In a figure below, CIA means Collagen-induced arthritis.

The common knowledge in HIV infection is that two types of receptors are related to the infection to CD4⁺ T cells. First of all, an envelop glycoprotein of HIV called gp120 binds to the first receptor CD4, then binds to the second receptor, CCR5 or CXCR4, and initiates membrane fusion between HIV and T cell. A group from University of Sydney, etc. has reported what major HIV target cells in human anogenital tissues in the HIV infection.
https://www.nature.com/articles/s41467-021-22375-x

Authors have identified two types of cells, one is D14⁺CD1c⁺ monocyte-derived dendritic cells（CD14⁺CD1c⁺MDDC, and the other is　Langerin-expressing dendritic cells 2（Langerin⁺ cDC2). Langerin is a C-type lectin which is selectively expressed on langerhans cells (LC), a subset of dendritic cells distributing in dermis and mucosa. The binding specificity of langerin is known to be high mannose and galactose with sulfated 6th site. Furthermore, it was found that HIV infection was correlated with Siglec-1 expression on CD14⁺ MDDC. In this way, these cells bind HIV and mediate efficient HIV uptake, and transfer to CD4⁺ T cells.

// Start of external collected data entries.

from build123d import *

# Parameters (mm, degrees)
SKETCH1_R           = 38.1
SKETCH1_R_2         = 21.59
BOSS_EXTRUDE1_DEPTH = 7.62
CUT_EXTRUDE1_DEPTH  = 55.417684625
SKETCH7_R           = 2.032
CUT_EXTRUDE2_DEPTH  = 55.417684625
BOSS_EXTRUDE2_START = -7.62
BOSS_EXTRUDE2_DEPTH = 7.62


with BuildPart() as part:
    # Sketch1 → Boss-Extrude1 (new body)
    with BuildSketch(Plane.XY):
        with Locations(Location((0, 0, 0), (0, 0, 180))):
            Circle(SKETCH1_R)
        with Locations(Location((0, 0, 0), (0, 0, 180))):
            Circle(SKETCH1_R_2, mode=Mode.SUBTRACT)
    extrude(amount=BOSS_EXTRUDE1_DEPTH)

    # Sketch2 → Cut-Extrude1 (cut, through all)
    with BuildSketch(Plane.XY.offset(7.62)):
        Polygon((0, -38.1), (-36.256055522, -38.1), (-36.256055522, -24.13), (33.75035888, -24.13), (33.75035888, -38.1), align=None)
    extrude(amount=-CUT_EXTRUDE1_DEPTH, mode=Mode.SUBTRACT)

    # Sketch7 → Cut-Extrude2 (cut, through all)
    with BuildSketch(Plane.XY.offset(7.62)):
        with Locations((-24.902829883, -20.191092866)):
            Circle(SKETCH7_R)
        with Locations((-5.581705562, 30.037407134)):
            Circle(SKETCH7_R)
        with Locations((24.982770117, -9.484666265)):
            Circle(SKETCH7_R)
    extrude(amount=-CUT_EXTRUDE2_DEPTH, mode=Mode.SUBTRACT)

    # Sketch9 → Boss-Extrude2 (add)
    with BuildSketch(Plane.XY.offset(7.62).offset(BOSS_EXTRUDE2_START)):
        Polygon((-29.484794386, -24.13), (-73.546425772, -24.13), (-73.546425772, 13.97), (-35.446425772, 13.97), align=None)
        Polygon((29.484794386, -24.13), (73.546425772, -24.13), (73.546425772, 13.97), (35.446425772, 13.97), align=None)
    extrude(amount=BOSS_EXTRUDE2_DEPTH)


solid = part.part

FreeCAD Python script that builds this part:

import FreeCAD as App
import Part
import Sketcher

V = App.Vector
Q = App.Units.Quantity

doc = App.newDocument("Part")
body = doc.addObject("PartDesign::Body", "Body")

# Sketch on XY plane
sketch1 = body.newObject("Sketcher::SketchObject", "Sketch")
sketch1.AttachmentSupport = (doc.getObject("XY_Plane"), [""])
sketch1.MapMode = "FlatFace"
sketch1.addGeometry([
    Part.Circle(V(0, 0, 0), V(0, 0, 1), 38.1),
    Part.Circle(V(0, 0, 0), V(0, 0, 1), 21.59),
], False)
sketch1.addConstraint([
    Sketcher.Constraint("Coincident", 0, 3, -1, 1),
    Sketcher.Constraint("Coincident", 1, 3, -1, 1),
    Sketcher.Constraint("Diameter", 0, Q("3 in")),
    Sketcher.Constraint("Diameter", 1, Q("1.7 in")),
])
pad1 = body.newObject("PartDesign::Pad", "Pad")
pad1.Profile = sketch1
pad1.Length = Q("0.3 in")

# Sketch on XY plane
sketch2 = body.newObject("Sketcher::SketchObject", "Sketch001")
sketch2.AttachmentSupport = (doc.getObject("XY_Plane"), [""])
sketch2.MapMode = "FlatFace"
sketch2.AttachmentOffset = App.Placement(V(0, 0, 0.3 * 25.4), App.Rotation())
sketch2.addGeometry([
    Part.LineSegment(V(-36.256056, -38.1, 0), V(33.750359, -38.1, 0)),
    Part.LineSegment(V(33.750359, -38.1, 0), V(33.750359, -24.13, 0)),
    Part.LineSegment(V(33.750359, -24.13, 0), V(-36.256056, -24.13, 0)),
    Part.LineSegment(V(-36.256056, -24.13, 0), V(-36.256056, -38.1, 0)),
], False)
sketch2.addConstraint([
    Sketcher.Constraint("Coincident", 0, 2, 1, 1),
    Sketcher.Constraint("Coincident", 1, 2, 2, 1),
    Sketcher.Constraint("Coincident", 2, 2, 3, 1),
    Sketcher.Constraint("Coincident", 3, 2, 0, 1),
    Sketcher.Constraint("Horizontal", 0),
    Sketcher.Constraint("Vertical", 1),
    Sketcher.Constraint("Horizontal", 2),
    Sketcher.Constraint("Vertical", 3),
    Sketcher.Constraint("DistanceY", 1, 1, 1, 2, Q("0.55 in")),
    Sketcher.Constraint("DistanceY", 0, 2, -1, 1, Q("1.5 in")),
    Sketcher.Constraint("DistanceX", 0, 1, 0, 2, 70.006414),
    Sketcher.Constraint("DistanceX", -1, 1, 0, 2, 33.750359),
])
pocket1 = body.newObject("PartDesign::Pocket", "Pocket")
pocket1.Profile = sketch2
pocket1.Type = "ThroughAll"

# Sketch on XY plane
sketch3 = body.newObject("Sketcher::SketchObject", "Sketch002")
sketch3.AttachmentSupport = (doc.getObject("XY_Plane"), [""])
sketch3.MapMode = "FlatFace"
sketch3.AttachmentOffset = App.Placement(V(0, 0, 0.3 * 25.4), App.Rotation())
sketch3.addGeometry([
    Part.Circle(V(-24.90283, -20.191093, 0), V(0, 0, 1), 2.032),
    Part.Circle(V(-5.581706, 30.037407, 0), V(0, 0, 1), 2.032),
    Part.Circle(V(24.98277, -9.484666, 0), V(0, 0, 1), 2.032),
], False)
sketch3.addConstraint([
    Sketcher.Constraint("Equal", 0, 1),
    Sketcher.Constraint("Equal", 1, 2),
    Sketcher.Constraint("Diameter", 0, Q("0.16 in")),
    Sketcher.Constraint("DistanceX", 0, 3, 2, 3, Q("1.964 in")),
    Sketcher.Constraint("DistanceY", 0, 3, 1, 3, Q("1.9775 in")),
    Sketcher.Constraint("DistanceX", 0, 3, -1, 1, 24.90283),
    Sketcher.Constraint("DistanceY", 0, 3, -1, 1, 20.191093),
    Sketcher.Constraint("DistanceX", 1, 3, -1, 1, 5.581706),
    Sketcher.Constraint("DistanceY", 2, 3, -1, 1, 9.484666),
])
pocket2 = body.newObject("PartDesign::Pocket", "Pocket001")
pocket2.Profile = sketch3
pocket2.Type = "ThroughAll"

# Sketch on XY plane
sketch4 = body.newObject("Sketcher::SketchObject", "Sketch003")
sketch4.AttachmentSupport = (doc.getObject("XY_Plane"), [""])
sketch4.MapMode = "FlatFace"
sketch4.addGeometry([
    Part.LineSegment(V(-73.546426, -24.13, 0), V(-29.484794, -24.13, 0)),  # 0
    Part.LineSegment(V(-29.484794, -24.13, 0), V(-35.446426, 13.97, 0)),  # 1
    Part.LineSegment(V(-35.446426, 13.97, 0), V(-73.546426, 13.97, 0)),  # 2
    Part.LineSegment(V(-73.546426, 13.97, 0), V(-73.546426, -24.13, 0)),  # 3
    Part.LineSegment(V(29.484794, -24.13, 0), V(73.546426, -24.13, 0)),  # 4
    Part.LineSegment(V(73.546426, -24.13, 0), V(73.546426, 13.97, 0)),  # 5
    Part.LineSegment(V(73.546426, 13.97, 0), V(35.446426, 13.97, 0)),  # 6
    Part.LineSegment(V(35.446426, 13.97, 0), V(29.484794, -24.13, 0)),  # 7
], False)
sketch4.addConstraint([
    Sketcher.Constraint("Coincident", 0, 2, 1, 1),
    Sketcher.Constraint("Coincident", 1, 2, 2, 1),
    Sketcher.Constraint("Coincident", 2, 2, 3, 1),
    Sketcher.Constraint("Coincident", 3, 2, 0, 1),
    Sketcher.Constraint("Coincident", 4, 2, 5, 1),
    Sketcher.Constraint("Coincident", 5, 2, 6, 1),
    Sketcher.Constraint("Coincident", 6, 2, 7, 1),
    Sketcher.Constraint("Coincident", 7, 2, 4, 1),
    Sketcher.Constraint("Horizontal", 0),
    Sketcher.Constraint("Horizontal", 2),
    Sketcher.Constraint("Vertical", 3),
    Sketcher.Constraint("Horizontal", 4),
    Sketcher.Constraint("Vertical", 5),
    Sketcher.Constraint("Horizontal", 6),
    Sketcher.Constraint("Symmetric", 3, 2, 4, 2, -2),
    Sketcher.Constraint("Symmetric", 1, 2, 6, 2, -2),
    Sketcher.Constraint("Equal", 0, 4),
    Sketcher.Constraint("Equal", 6, 3),
    Sketcher.Constraint("DistanceX", 2, 2, 2, 1, Q("1.5 in")),
    Sketcher.Constraint("DistanceY", 0, 2, -1, 1, Q("0.95 in")),
    Sketcher.Constraint("DistanceX", 0, 1, 0, 2, 44.061631),
    Sketcher.Constraint("DistanceX", 0, 2, 4, 2, 103.03122),
])
pad2 = body.newObject("PartDesign::Pad", "Pad001")
pad2.Profile = sketch4
pad2.Length = Q("0.3 in")

doc.recompute()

From a view point of glycan and lectin, it is so important to understand the relationship between C-type lectins on host cells and HIV gp120 glycoproteins.

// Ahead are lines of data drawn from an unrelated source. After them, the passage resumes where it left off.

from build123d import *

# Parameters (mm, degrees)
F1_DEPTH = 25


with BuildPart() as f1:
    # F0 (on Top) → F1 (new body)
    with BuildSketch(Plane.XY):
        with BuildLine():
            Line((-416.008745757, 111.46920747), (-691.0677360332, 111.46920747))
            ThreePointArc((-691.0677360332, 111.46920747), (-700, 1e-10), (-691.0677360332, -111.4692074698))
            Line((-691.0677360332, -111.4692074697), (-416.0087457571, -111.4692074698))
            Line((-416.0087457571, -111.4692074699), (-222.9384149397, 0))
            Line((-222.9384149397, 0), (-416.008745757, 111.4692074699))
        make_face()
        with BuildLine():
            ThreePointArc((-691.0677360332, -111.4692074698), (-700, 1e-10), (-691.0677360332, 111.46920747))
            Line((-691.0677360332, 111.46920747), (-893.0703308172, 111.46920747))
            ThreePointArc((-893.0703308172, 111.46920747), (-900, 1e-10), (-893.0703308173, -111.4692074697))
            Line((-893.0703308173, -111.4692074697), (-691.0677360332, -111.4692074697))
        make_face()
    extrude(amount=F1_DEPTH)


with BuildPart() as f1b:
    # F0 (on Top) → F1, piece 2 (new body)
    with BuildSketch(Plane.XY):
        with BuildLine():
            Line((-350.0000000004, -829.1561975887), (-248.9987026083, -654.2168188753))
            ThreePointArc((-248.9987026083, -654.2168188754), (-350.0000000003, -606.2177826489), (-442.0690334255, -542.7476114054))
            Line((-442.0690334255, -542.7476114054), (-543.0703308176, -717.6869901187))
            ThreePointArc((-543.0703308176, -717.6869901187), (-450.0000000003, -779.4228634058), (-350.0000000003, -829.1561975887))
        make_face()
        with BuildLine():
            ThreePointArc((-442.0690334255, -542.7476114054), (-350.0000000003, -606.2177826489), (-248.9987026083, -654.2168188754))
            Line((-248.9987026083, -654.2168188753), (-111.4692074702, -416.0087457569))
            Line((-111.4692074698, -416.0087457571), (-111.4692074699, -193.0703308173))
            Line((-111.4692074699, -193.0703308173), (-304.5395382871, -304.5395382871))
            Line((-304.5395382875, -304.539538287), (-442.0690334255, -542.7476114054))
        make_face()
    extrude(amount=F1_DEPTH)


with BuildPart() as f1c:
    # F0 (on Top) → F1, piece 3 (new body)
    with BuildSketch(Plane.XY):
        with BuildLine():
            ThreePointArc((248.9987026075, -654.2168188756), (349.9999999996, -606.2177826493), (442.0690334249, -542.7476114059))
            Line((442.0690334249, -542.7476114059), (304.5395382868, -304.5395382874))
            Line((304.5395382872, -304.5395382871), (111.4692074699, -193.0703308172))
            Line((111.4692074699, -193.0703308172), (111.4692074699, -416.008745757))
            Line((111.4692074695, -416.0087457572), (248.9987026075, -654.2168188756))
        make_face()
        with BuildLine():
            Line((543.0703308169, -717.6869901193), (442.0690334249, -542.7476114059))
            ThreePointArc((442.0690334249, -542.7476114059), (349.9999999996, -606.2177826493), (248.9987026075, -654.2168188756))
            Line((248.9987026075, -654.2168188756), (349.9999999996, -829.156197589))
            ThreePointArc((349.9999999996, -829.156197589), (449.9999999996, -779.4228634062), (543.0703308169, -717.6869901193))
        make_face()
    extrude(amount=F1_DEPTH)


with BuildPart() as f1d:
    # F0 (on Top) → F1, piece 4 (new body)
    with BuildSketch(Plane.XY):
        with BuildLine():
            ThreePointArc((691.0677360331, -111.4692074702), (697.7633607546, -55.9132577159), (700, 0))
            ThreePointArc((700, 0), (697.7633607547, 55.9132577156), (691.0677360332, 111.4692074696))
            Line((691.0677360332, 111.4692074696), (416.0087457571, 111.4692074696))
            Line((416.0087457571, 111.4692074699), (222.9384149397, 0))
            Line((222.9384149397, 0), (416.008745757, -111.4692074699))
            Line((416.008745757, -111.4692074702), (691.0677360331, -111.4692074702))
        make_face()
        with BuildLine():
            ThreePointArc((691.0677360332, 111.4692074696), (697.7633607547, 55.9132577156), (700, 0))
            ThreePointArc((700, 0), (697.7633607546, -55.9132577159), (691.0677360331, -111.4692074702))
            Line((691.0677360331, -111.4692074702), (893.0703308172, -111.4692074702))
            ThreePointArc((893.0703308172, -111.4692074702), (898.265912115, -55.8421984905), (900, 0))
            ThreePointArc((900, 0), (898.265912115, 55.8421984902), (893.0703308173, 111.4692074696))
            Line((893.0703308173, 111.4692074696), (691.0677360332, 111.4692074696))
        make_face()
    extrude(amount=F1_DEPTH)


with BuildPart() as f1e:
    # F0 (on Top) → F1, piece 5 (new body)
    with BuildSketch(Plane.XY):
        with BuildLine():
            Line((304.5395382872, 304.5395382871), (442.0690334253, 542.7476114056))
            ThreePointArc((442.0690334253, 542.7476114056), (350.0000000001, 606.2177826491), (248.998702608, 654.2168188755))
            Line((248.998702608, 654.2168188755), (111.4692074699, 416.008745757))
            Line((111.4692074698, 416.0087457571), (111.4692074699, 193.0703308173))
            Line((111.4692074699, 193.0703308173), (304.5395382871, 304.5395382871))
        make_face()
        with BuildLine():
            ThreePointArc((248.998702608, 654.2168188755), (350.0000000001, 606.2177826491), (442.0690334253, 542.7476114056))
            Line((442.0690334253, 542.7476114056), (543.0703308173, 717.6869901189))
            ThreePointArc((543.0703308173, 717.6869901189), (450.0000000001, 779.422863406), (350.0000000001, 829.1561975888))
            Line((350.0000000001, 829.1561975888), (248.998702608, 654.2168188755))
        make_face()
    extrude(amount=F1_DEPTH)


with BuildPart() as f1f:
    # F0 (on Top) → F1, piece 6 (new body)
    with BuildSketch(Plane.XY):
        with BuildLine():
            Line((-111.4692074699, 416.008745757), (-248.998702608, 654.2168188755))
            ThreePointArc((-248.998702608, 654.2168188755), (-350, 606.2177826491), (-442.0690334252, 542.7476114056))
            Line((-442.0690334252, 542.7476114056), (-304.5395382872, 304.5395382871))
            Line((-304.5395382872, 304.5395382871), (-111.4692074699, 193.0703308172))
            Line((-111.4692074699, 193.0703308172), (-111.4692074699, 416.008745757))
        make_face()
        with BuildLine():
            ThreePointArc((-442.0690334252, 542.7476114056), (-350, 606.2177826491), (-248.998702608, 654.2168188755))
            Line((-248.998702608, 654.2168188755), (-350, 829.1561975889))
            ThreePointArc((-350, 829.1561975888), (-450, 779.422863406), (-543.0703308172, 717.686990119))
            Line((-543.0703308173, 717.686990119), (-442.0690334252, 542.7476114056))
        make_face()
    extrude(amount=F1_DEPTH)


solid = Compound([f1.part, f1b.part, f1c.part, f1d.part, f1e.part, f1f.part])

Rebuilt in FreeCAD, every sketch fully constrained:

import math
import FreeCAD as App
import Part
import Sketcher

V = App.Vector
Q = App.Units.Quantity

doc = App.newDocument("Part")
body = doc.addObject("PartDesign::Body", "Body")

sketch1 = body.newObject("Sketcher::SketchObject", "Sketch")
sketch1.AttachmentSupport = (doc.getObject("XY_Plane"), [""])
sketch1.MapMode = "FlatFace"
sketch1.addGeometry(Part.LineSegment(V(-416, 111, 0), V(-893, 111, 0)), False)
sketch1.addGeometry(Part.ArcOfCircle(Part.Circle(V(0, 0, 0), V(0, 0, 1), 900), math.radians(172.89), math.radians(187.11)), False)
sketch1.addGeometry(Part.LineSegment(V(-893, -111, 0), V(-416, -111, 0)), False)
sketch1.addGeometry(Part.LineSegment(V(-416, -111, 0), V(-223, 0, 0)), False)
sketch1.addGeometry(Part.LineSegment(V(-223, 0, 0), V(-416, 111, 0)), False)
sketch1.addConstraint(Sketcher.Constraint("Coincident", 0, 2, 1, 1))
sketch1.addConstraint(Sketcher.Constraint("Coincident", 1, 2, 2, 1))
sketch1.addConstraint(Sketcher.Constraint("Coincident", 2, 2, 3, 1))
sketch1.addConstraint(Sketcher.Constraint("Coincident", 3, 2, 4, 1))
sketch1.addConstraint(Sketcher.Constraint("Coincident", 4, 2, 0, 1))
sketch1.addConstraint(Sketcher.Constraint("Horizontal", 0))
sketch1.addConstraint(Sketcher.Constraint("Horizontal", 2))
sketch1.addConstraint(Sketcher.Constraint("Coincident", 1, 3, -1, 1))
sketch1.addConstraint(Sketcher.Constraint("Symmetric", 2, 2, 4, 2, -1))
sketch1.addConstraint(Sketcher.Constraint("PointOnObject", 3, 2, -1))
sketch1.addConstraint(Sketcher.Constraint("Radius", 1, 900.0))
sketch1.addConstraint(Sketcher.Constraint("Angle", 3, Q("30 deg")))
sketch1.addConstraint(Sketcher.Constraint("DistanceX", 0, 2, 0, 1, 477.061585))
sketch1.addConstraint(Sketcher.Constraint("DistanceX", 0, 2, -1, 1, 893.070331))
pad1 = body.newObject("PartDesign::Pad", "Pad")
pad1.Profile = sketch1
pad1.Length = 25
body2 = doc.addObject("PartDesign::Body", "Body001")

sketch2 = body2.newObject("Sketcher::SketchObject", "Sketch001")
sketch2.AttachmentSupport = (doc.getObject("XY_Plane001"), [""])
sketch2.MapMode = "FlatFace"
sketch2.addGeometry(Part.LineSegment(V(-350, -829, 0), V(-111, -416, 0)), False)
sketch2.addGeometry(Part.LineSegment(V(-111, -416, 0), V(-111, -193, 0)), False)
sketch2.addGeometry(Part.LineSegment(V(-111, -193, 0), V(-305, -305, 0)), False)
sketch2.addGeometry(Part.LineSegment(V(-305, -305, 0), V(-543, -718, 0)), False)
sketch2.addGeometry(Part.ArcOfCircle(Part.Circle(V(0, 0, 0), V(0, 0, 1), 900), math.radians(-127.11), math.radians(-112.89)), False)
sketch2.addConstraint(Sketcher.Constraint("Coincident", 0, 2, 1, 1))
sketch2.addConstraint(Sketcher.Constraint("Coincident", 1, 2, 2, 1))
sketch2.addConstraint(Sketcher.Constraint("Coincident", 2, 2, 3, 1))
sketch2.addConstraint(Sketcher.Constraint("Coincident", 3, 2, 4, 1))
sketch2.addConstraint(Sketcher.Constraint("Coincident", 4, 2, 0, 1))
sketch2.addConstraint(Sketcher.Constraint("Vertical", 1))
sketch2.addConstraint(Sketcher.Constraint("Coincident", 4, 3, -1, 1))
sketch2.addConstraint(Sketcher.Constraint("Parallel", 0, 3))
sketch2.addConstraint(Sketcher.Constraint("Equal", 0, 3))
sketch2.addConstraint(Sketcher.Constraint("Radius", 4, 900.0))
sketch2.addConstraint(Sketcher.Constraint("Angle", 0, Q("60 deg")))
sketch2.addConstraint(Sketcher.Constraint("Angle", 2, Q("-150 deg")))
sketch2.addConstraint(Sketcher.Constraint("DistanceY", 1, 1, 1, 2, 222.938415))
sketch2.addConstraint(Sketcher.Constraint("DistanceY", 1, 2, -1, 1, 193.070331))
sketch2.addConstraint(Sketcher.Constraint("DistanceX", 2, 2, -1, 1, 304.539538))
pad2 = body2.newObject("PartDesign::Pad", "Pad001")
pad2.Profile = sketch2
pad2.Length = 25
body3 = doc.addObject("PartDesign::Body", "Body002")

A group from University of Liverpool has reported results of random forests model (one of machine learning methods) to predict the animal host of SARS-CoV-2.
https://journals.plos.org/plospathogens/article?id=10.1371/journal.ppat.1009149

A figure below shows stacked bar plots of predicted probabilities of each host category for coronavirus RNA sequences, assuming bird, camelid, carnivore, human, rodent, swine, yangochiroptera, and yinpterochiroptera as potential hosts. It is clearly shown that MARS-CoV has camelid host, SARS-CoV has carnivore host, and SARS-CoV2 seems to have a bat host (suborder Yinpterochiroptera). While the random forests model supports bats as the ultimate origin of SARS-CoV-2, the involvement of intermediate hosts remains unclear.

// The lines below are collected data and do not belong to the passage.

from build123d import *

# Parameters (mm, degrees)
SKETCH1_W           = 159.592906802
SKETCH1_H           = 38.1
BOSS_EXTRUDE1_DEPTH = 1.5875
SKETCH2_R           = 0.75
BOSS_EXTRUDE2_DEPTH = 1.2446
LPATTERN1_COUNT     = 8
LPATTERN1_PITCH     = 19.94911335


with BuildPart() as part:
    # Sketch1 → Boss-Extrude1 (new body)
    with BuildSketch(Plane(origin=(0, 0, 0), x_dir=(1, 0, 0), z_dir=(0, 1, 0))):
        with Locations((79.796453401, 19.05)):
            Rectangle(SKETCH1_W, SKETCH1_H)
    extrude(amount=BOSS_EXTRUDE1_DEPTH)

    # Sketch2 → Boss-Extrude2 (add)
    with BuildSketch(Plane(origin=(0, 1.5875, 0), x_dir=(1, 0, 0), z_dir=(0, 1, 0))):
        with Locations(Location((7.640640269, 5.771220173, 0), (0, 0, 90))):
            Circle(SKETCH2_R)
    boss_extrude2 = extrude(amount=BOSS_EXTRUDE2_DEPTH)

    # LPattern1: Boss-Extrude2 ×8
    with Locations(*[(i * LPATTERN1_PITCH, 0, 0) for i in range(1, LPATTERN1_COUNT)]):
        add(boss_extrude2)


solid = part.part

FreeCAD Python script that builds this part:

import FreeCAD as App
import Part
import Sketcher
Q = App.Units.Quantity


def add_polygon(sketch, points):
    """Adds a closed chain of lines whose ends are joined by coincident constraints."""
    first, n = sketch.GeometryCount, len(points)
    for a, b in zip(points, points[1:] + points[:1]):
        sketch.addGeometry(Part.LineSegment(App.Vector(*a, 0), App.Vector(*b, 0)), False)
    for i in range(n):
        sketch.addConstraint(Sketcher.Constraint("Coincident", first + i, 2, first + (i + 1) % n, 1))

doc = App.newDocument("Part")
body = doc.addObject("PartDesign::Body", "Body")

sketch1 = body.newObject("Sketcher::SketchObject", "Sketch")
sketch1.AttachmentSupport = (doc.getObject("XZ_Plane"), [""])
sketch1.MapMode = "FlatFace"
add_polygon(sketch1, [(0, -38.1), (0, 0), (159.592907, 0), (159.592907, -38.1)])
sketch1.addConstraint(Sketcher.Constraint("Vertical", 0))
sketch1.addConstraint(Sketcher.Constraint("Horizontal", 1))
sketch1.addConstraint(Sketcher.Constraint("Vertical", 2))
sketch1.addConstraint(Sketcher.Constraint("Horizontal", 3))
sketch1.addConstraint(Sketcher.Constraint("Coincident", 0, 2, -1, 1))
sketch1.addConstraint(Sketcher.Constraint("DistanceY", 0, 1, 0, 2, Q("1.5 in")))
sketch1.addConstraint(Sketcher.Constraint("DistanceX", 1, 1, 1, 2, Q("159.592907 mm")))
pad1 = body.newObject("PartDesign::Pad", "Pad")
pad1.Profile = sketch1
pad1.Length = Q("0.0625 in")
pad1.Reversed = True

sketch2 = body.newObject("Sketcher::SketchObject", "Sketch001")
sketch2.AttachmentSupport = (doc.getObject("XZ_Plane"), [""])
sketch2.MapMode = "FlatFace"
sketch2.AttachmentOffset = App.Placement(App.Vector(0, 0, -0.0625 * 25.4), App.Rotation())
sketch2.addGeometry(Part.Circle(App.Vector(7.64064, -5.77122, 0), App.Vector(0, 0, 1), 0.75), False)
sketch2.addConstraint(Sketcher.Constraint("Diameter", 0, Q("1.5 mm")))
sketch2.addConstraint(Sketcher.Constraint("DistanceX", -1, 1, 0, 3, Q("7.64064 mm")))
sketch2.addConstraint(Sketcher.Constraint("DistanceY", 0, 3, -1, 1, Q("5.77122 mm")))
pad2 = body.newObject("PartDesign::Pad", "Pad001")
pad2.Profile = sketch2
pad2.Length = Q("0.049 in")
pad2.Reversed = True
doc.recompute()

linearpattern = body.newObject("PartDesign::LinearPattern", "LinearPattern")
linearpattern.Originals = [pad2]
linearpattern.Direction = (doc.getObject("X_Axis"), [""])
linearpattern.Mode = "offset"
linearpattern.Offset = 19.949113
linearpattern.Occurrences = 8
body.Tip = linearpattern

doc.recompute()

A group from Rowan University, Stratford, USA, etc. has suggested that Maackia amurensis lectin (MAL, MAA, MASL as abbreviated names) could be effctive in inhibiting SARS-CoV-2 infection.
https://www.ncbi.nlm.nih.gov/pmc/articles/PMC8019238/

Oral squamous cells were used as a model cell in this study. Transcriptome analysis was done to investigate effects of MAL onto ACE2, ADAM17, Furin, and Glycosyltransferases (GalNAc-T, ST6GalNAc-1, and ST6GalNAc-2）.
Interestingly, it was shown that those decreased in a MAL dose dependent manner. For instance, at a dose of 1925nM of MAL, ACE2 mRNA level decreased by 60％, ADAM17 by 40％, and ST6GalNAc-1 by 60%. As a result of these events, MAL decreases inflammatory signaling events that would otherwise lead to activation of the IL6 amplifier implicated in COVID-19 induced ARDS

MAL is known to have binding specificity to α2-3Sia.